1945–1950
- Seats: one
- Created from: Coventry
- Replaced by: Coventry North, Coventry South

= Coventry West =

Parliamentary constituency in the United Kingdom, 1945–1950

Coventry West was a parliamentary constituency in the city of Coventry in the West Midlands of England.
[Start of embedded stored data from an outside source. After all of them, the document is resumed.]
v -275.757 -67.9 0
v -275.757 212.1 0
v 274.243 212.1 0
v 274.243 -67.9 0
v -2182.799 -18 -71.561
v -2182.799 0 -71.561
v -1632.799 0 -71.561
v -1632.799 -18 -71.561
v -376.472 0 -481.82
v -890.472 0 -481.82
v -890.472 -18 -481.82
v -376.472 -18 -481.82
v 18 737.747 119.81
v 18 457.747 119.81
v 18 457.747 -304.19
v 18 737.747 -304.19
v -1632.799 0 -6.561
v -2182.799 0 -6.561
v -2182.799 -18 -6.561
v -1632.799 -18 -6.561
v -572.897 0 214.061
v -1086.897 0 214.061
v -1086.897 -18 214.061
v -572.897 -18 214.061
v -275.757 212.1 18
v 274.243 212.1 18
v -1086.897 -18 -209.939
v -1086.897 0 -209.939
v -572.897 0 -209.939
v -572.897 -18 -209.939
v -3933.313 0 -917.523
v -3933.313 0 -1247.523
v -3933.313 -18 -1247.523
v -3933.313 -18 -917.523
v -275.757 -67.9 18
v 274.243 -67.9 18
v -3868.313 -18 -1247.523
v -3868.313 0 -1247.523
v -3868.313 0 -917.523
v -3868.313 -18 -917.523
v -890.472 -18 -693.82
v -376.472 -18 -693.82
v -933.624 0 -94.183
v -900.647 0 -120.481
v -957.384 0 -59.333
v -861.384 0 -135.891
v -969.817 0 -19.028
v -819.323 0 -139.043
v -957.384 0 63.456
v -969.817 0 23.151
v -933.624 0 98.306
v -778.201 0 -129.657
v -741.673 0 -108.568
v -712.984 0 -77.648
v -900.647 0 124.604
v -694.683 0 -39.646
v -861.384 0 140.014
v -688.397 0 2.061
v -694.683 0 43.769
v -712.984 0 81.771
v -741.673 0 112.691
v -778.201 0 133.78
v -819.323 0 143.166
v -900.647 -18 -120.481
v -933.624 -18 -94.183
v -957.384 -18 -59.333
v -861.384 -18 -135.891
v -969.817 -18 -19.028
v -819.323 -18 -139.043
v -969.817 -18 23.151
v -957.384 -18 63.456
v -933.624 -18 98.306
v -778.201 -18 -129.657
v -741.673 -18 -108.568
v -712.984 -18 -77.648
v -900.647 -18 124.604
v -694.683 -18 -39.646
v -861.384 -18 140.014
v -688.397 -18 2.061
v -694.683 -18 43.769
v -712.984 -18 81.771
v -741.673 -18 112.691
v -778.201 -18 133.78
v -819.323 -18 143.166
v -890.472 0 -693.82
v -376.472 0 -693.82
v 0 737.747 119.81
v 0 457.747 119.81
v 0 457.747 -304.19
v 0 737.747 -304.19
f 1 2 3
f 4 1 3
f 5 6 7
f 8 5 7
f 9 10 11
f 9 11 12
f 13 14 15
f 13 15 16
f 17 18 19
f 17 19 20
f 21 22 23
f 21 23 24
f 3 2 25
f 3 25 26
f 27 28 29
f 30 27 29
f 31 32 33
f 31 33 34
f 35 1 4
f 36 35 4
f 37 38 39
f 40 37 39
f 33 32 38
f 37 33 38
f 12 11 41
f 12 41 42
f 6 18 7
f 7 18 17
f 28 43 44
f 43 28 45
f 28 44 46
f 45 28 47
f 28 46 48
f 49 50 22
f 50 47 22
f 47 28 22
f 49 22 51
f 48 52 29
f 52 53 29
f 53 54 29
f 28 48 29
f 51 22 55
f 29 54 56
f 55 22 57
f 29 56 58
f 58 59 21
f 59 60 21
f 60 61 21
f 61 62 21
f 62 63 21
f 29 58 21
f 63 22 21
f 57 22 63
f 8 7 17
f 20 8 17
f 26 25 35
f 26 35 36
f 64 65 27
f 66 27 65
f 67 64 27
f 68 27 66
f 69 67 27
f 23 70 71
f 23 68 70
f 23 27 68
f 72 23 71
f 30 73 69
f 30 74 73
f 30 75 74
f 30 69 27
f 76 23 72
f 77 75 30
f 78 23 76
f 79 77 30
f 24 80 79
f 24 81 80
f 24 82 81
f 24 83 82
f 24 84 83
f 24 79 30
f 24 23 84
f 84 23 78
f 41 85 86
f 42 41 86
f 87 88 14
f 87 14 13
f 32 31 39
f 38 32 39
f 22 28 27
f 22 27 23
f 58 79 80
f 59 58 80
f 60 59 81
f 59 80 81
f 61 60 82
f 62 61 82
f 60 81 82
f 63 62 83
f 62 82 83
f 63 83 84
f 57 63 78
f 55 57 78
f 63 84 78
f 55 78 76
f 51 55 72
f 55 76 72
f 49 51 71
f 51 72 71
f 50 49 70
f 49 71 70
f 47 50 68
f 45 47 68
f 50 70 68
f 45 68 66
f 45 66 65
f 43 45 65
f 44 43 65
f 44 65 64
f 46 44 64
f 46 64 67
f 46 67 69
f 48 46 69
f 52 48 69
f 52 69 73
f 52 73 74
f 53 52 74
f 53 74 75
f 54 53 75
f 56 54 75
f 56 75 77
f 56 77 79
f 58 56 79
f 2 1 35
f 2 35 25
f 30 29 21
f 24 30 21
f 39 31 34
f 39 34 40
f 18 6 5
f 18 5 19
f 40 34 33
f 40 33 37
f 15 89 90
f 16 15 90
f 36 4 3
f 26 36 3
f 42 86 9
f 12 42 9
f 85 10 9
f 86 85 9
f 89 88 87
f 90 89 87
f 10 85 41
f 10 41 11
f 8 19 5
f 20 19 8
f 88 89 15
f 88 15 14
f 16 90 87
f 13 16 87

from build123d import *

# Parameters (mm, degrees)
F0_W      = 550
F0_H      = 280
F1_DEPTH  = 18
F2_W      = 280
F2_H      = 424
F3_DEPTH  = 18
F4_W      = 514
F4_H      = 424
F5_DEPTH  = 18
F6_R      = 141.5
F7_DEPTH  = 755.747566
F8_W      = 514
F8_H      = 212
F9_DEPTH  = 18
F10_W     = 550
F10_H     = 65
F11_DEPTH = 18
F12_W     = 65
F12_H     = 330
F13_DEPTH = 18


with BuildPart() as f1:
    # F0 (on Top) → F1 (new body)
    with BuildSketch(Plane.XY):
        with Locations((-0.756867, 72.099509)):
            Rectangle(F0_W, F0_H)
    extrude(amount=F1_DEPTH)


with BuildPart() as f3:
    # F2 (on Right) → F3 (new body)
    with BuildSketch(Plane.YZ):
        with Locations((597.746566, -92.18962)):
            Rectangle(F2_W, F2_H)
    extrude(amount=F3_DEPTH)


with BuildPart() as f5:
    # F4 (on Front) → F5 (new body)
    with BuildSketch(Plane.XZ):
        with Locations((-829.896957, 2.061453)):
            Rectangle(F4_W, F4_H)
    extrude(amount=F5_DEPTH)

    # F6 (on face) → F7 (cut, through all)
    with BuildSketch(Plane.XZ.offset(18)):
        with Locations((-829.896957, 2.061453)):
            Circle(F6_R)
    extrude(amount=-F7_DEPTH, mode=Mode.SUBTRACT)


with BuildPart() as f9:
    # F8 (on Front) → F9 (new body)
    with BuildSketch(Plane.XZ):
        with Locations((-633.472204, -587.819855)):
            Rectangle(F8_W, F8_H)
    extrude(amount=F9_DEPTH)


with BuildPart() as f11:
    # F10 (on Front) → F11 (new body)
    with BuildSketch(Plane.XZ):
        with Locations((-1907.799184, -39.061294)):
            Rectangle(F10_W, F10_H)
    extrude(amount=F11_DEPTH)


with BuildPart() as f13:
    # F12 (on Front) → F13 (new body)
    with BuildSketch(Plane.XZ):
        with Locations((-3900.813289, -1082.523244)):
            Rectangle(F12_W, F12_H)
    extrude(amount=F13_DEPTH)


solid = Compound([f1.part, f3.part, f5.part, f9.part, f11.part, f13.part])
It returned one Member of Parliament (MP) to the House of Commons of the Parliament of the United Kingdom, elected by the first past the post system.

==History==

The constituency was created for the 1945 general election, and abolished for the 1950 general election.

== Boundaries ==
The County Borough of Coventry wards of Bablake, Cheylesmore, Earlsdon, Greyfriars, Radford, and Westwood.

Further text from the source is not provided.